Há muitas hipóteses e teorias sobre a origem destas sexualidades minoritárias. A discussão continua e me confesso aberto ao que a ciência diz. Mas, o que posso afirmar com toda certeza é que, na minha experiência pastoral e educativa, a grande maioria das pessoas que se consideram homossexuais o descobriram ainda pequenas, e se assumem assim desde o seu nascimento. Sua sexualidade não é majoritária, certamente, mas também não é anormal: exatamente igual aos canhotos.

Em todas as culturas, mesmo as mais homofóbicas, naquelas em que a homossexualidade é penalizada com a morte, sempre há uma porcentagem constante de pessoas com estas orientações, que oscila entre 6% e 10%. De maneira que o que realmente importa para nós cristãos é que acreditemos que todos e todas foram criados por Deus. Assim como são. E depois de tratar com muitos durante muito tempo posso afirmar que boa parte deles são excelentes seres humanos, sensíveis, afetuosos, comprometidos, devotos ao serviço e à compaixão.
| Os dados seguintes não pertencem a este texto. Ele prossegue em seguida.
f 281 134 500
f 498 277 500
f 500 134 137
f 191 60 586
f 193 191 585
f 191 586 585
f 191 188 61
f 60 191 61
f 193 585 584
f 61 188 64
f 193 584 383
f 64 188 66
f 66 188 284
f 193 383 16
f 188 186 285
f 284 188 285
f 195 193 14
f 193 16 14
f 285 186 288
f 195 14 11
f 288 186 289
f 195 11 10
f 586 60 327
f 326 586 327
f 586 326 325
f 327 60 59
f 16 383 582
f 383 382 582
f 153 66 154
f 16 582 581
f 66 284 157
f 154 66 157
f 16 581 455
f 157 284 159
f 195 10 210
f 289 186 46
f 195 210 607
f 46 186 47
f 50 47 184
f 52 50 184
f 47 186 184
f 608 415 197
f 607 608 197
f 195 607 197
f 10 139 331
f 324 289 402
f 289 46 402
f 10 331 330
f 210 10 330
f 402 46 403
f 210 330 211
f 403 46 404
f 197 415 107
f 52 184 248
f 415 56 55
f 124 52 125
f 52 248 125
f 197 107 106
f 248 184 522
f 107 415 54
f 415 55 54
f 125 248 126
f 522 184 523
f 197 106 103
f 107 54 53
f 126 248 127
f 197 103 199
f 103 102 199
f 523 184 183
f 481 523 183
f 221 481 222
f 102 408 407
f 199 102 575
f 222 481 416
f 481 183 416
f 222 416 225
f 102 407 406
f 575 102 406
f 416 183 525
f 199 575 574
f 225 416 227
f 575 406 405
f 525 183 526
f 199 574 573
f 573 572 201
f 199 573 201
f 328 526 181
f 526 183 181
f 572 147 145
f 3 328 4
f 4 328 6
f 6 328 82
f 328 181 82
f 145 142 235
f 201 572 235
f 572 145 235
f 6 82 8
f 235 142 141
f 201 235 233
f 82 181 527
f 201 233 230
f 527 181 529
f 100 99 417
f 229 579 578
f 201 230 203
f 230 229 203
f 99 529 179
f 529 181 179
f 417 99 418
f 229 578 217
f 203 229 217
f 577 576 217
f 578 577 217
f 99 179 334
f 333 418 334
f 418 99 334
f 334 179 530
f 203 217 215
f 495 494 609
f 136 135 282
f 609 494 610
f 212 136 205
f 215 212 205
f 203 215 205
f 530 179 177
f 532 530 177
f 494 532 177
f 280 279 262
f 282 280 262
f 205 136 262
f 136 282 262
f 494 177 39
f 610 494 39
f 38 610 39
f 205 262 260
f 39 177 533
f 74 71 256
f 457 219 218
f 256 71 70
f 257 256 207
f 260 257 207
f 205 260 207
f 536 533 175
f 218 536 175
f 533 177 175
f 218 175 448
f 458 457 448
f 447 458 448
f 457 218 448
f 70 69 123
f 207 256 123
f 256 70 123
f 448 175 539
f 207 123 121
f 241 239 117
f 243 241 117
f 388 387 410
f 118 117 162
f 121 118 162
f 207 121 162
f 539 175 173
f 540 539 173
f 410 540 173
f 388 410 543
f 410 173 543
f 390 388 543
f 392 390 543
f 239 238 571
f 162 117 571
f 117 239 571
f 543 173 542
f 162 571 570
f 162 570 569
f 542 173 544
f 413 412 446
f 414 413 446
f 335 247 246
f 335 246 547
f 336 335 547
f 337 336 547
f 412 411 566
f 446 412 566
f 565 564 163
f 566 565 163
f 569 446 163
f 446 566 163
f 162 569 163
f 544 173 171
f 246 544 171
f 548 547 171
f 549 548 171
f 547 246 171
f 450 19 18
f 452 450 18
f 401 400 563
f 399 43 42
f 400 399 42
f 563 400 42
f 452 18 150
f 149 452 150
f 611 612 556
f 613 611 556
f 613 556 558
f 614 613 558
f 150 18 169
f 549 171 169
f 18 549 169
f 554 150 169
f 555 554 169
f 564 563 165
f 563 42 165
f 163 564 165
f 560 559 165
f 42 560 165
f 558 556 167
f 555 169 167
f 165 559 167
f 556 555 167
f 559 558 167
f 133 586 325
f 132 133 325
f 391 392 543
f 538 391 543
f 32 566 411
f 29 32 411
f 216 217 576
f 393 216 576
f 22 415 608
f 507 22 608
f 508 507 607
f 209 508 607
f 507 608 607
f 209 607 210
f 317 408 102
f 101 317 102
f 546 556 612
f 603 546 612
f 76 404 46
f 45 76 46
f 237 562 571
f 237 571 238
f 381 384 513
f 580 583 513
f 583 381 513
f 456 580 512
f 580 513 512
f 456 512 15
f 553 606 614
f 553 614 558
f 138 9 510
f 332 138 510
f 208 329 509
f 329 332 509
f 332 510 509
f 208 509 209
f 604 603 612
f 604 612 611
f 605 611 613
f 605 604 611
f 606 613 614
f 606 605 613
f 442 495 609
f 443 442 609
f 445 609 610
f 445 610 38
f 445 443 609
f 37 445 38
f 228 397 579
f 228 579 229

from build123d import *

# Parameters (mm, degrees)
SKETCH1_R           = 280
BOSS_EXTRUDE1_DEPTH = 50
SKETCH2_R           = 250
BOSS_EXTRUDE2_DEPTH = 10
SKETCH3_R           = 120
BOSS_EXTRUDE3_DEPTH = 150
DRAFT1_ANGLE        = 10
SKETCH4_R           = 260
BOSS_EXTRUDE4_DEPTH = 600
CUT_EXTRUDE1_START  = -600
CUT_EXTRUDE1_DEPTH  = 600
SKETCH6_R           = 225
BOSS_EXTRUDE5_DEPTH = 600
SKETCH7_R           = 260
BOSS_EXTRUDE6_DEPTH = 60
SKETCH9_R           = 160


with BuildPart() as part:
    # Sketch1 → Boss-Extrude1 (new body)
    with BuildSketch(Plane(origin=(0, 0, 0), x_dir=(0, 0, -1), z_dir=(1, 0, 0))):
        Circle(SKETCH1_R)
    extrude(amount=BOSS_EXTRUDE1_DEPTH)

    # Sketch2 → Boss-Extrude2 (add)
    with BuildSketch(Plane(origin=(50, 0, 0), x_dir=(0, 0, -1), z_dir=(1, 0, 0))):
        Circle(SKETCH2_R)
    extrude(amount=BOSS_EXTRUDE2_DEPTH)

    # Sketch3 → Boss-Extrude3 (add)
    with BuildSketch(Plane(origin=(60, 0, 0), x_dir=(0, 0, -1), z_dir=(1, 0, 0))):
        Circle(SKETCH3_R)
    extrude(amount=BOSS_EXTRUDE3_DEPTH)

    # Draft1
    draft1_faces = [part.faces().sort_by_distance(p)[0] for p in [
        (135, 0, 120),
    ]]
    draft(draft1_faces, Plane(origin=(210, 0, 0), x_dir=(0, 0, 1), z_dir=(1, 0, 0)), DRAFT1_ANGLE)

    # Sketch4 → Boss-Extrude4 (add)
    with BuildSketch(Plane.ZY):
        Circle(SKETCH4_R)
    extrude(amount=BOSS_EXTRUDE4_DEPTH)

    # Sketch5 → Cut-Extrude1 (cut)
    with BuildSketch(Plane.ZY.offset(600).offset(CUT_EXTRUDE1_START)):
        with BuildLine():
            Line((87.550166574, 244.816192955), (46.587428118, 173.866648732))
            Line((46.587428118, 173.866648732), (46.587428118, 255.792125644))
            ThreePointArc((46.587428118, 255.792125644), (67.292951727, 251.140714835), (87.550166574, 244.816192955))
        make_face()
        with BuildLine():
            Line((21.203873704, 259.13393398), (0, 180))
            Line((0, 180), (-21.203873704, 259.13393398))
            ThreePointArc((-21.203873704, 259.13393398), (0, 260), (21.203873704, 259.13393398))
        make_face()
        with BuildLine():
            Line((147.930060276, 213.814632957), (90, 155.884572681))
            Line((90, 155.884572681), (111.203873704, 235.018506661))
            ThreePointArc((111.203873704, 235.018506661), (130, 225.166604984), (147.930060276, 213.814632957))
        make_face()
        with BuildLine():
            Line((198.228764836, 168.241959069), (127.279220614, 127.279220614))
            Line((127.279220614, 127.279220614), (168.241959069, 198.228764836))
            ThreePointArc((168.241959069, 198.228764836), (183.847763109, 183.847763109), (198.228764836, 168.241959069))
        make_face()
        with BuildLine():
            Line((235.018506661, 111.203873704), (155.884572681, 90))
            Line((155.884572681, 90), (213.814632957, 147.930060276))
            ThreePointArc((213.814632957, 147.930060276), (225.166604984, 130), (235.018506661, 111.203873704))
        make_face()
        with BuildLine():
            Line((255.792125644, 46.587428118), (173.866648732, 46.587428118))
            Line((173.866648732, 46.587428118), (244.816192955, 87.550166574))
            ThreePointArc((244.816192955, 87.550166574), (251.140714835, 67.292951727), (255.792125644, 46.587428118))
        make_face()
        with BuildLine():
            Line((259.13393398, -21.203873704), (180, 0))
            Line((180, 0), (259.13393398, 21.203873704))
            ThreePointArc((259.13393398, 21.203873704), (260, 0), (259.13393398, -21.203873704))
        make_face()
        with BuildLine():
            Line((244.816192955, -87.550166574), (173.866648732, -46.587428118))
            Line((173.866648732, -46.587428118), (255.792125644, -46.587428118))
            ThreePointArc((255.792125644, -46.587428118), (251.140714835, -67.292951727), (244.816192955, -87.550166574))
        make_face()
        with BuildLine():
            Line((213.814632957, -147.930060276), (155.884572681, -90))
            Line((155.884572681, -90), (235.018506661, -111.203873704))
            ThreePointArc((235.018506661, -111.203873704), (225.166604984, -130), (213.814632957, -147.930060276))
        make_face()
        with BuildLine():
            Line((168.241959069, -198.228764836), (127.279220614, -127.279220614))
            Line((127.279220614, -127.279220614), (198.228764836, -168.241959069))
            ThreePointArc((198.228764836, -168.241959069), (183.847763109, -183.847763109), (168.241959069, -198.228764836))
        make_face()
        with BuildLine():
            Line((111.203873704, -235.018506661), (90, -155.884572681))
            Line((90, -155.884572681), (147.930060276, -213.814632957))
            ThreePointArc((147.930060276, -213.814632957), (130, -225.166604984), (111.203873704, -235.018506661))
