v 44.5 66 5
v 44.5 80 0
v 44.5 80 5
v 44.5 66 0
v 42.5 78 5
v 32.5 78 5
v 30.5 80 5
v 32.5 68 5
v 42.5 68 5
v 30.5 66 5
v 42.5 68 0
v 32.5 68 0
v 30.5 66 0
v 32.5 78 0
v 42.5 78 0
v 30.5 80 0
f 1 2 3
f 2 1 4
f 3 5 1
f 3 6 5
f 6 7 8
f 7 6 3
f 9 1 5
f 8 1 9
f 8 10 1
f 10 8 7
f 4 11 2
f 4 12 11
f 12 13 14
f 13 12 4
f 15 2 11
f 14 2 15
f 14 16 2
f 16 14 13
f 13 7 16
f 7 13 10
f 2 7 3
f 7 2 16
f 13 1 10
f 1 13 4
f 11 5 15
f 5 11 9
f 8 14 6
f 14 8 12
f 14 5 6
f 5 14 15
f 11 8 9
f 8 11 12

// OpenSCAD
union() {
    linear_extrude(height=5)
        import(file="monete-tecleando.dxf", layer="Circulo");
        
    linear_extrude(height=7)    
        import(file="monete-tecleando.dxf", layer="Monete");
        
    linear_extrude(height=7)    
        import(file="monete-tecleando.dxf", layer="Letras");
        
    translate([37.5, 73, 2.5])
        difference() {
            cube([14, 14, 5], center=true);

            cube([10, 10, 10], center=true);
        } 
}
Atrevo-me a dizer que Deus não apenas os ama, senão que simpatiza com eles.

Pode a Igreja privar estas pessoas do direito ao exercício genital de sua sexualidade?

Quando a Carta aos Romanos fala em condenar “mudar o uso natural por outro contra a natureza”, o autor não tinha nem ideia das realidades que nós conhecemos hoje de maneira mais científica sobre a sexualidade, e pensavam que só eram costumes de pagãos e idólatras.

No atual debate, uma pergunta central é se a união de pessoas do mesmo sexo é casamento ou outra coisa. Não sei. Mas me pergunto novamente: discriminá-los é autenticamente humano, digno de um Deus fiel ao que criou e cheio de misericórdia? Sinto-me confuso.

Se para nós, sacerdotes católicos que abraçamos livremente o celibato, dá muito trabalho ser fiéis até a morte, como será para as pessoas homossexuais, lésbicas, transgênero ou transexuais, carregar esse fardo imposto contra a sua vontade pelos anos sem fim que precisam viver depois de confessarem a si mesmos e a si mesmas sua condição?

O Deus de Jesus Cristo é, sobretudo, misericórdia, amor, perdão, proximidade, compreensão, ternura. E não faz acepção de pessoas, não tem preferência entre seus filhos e filhas.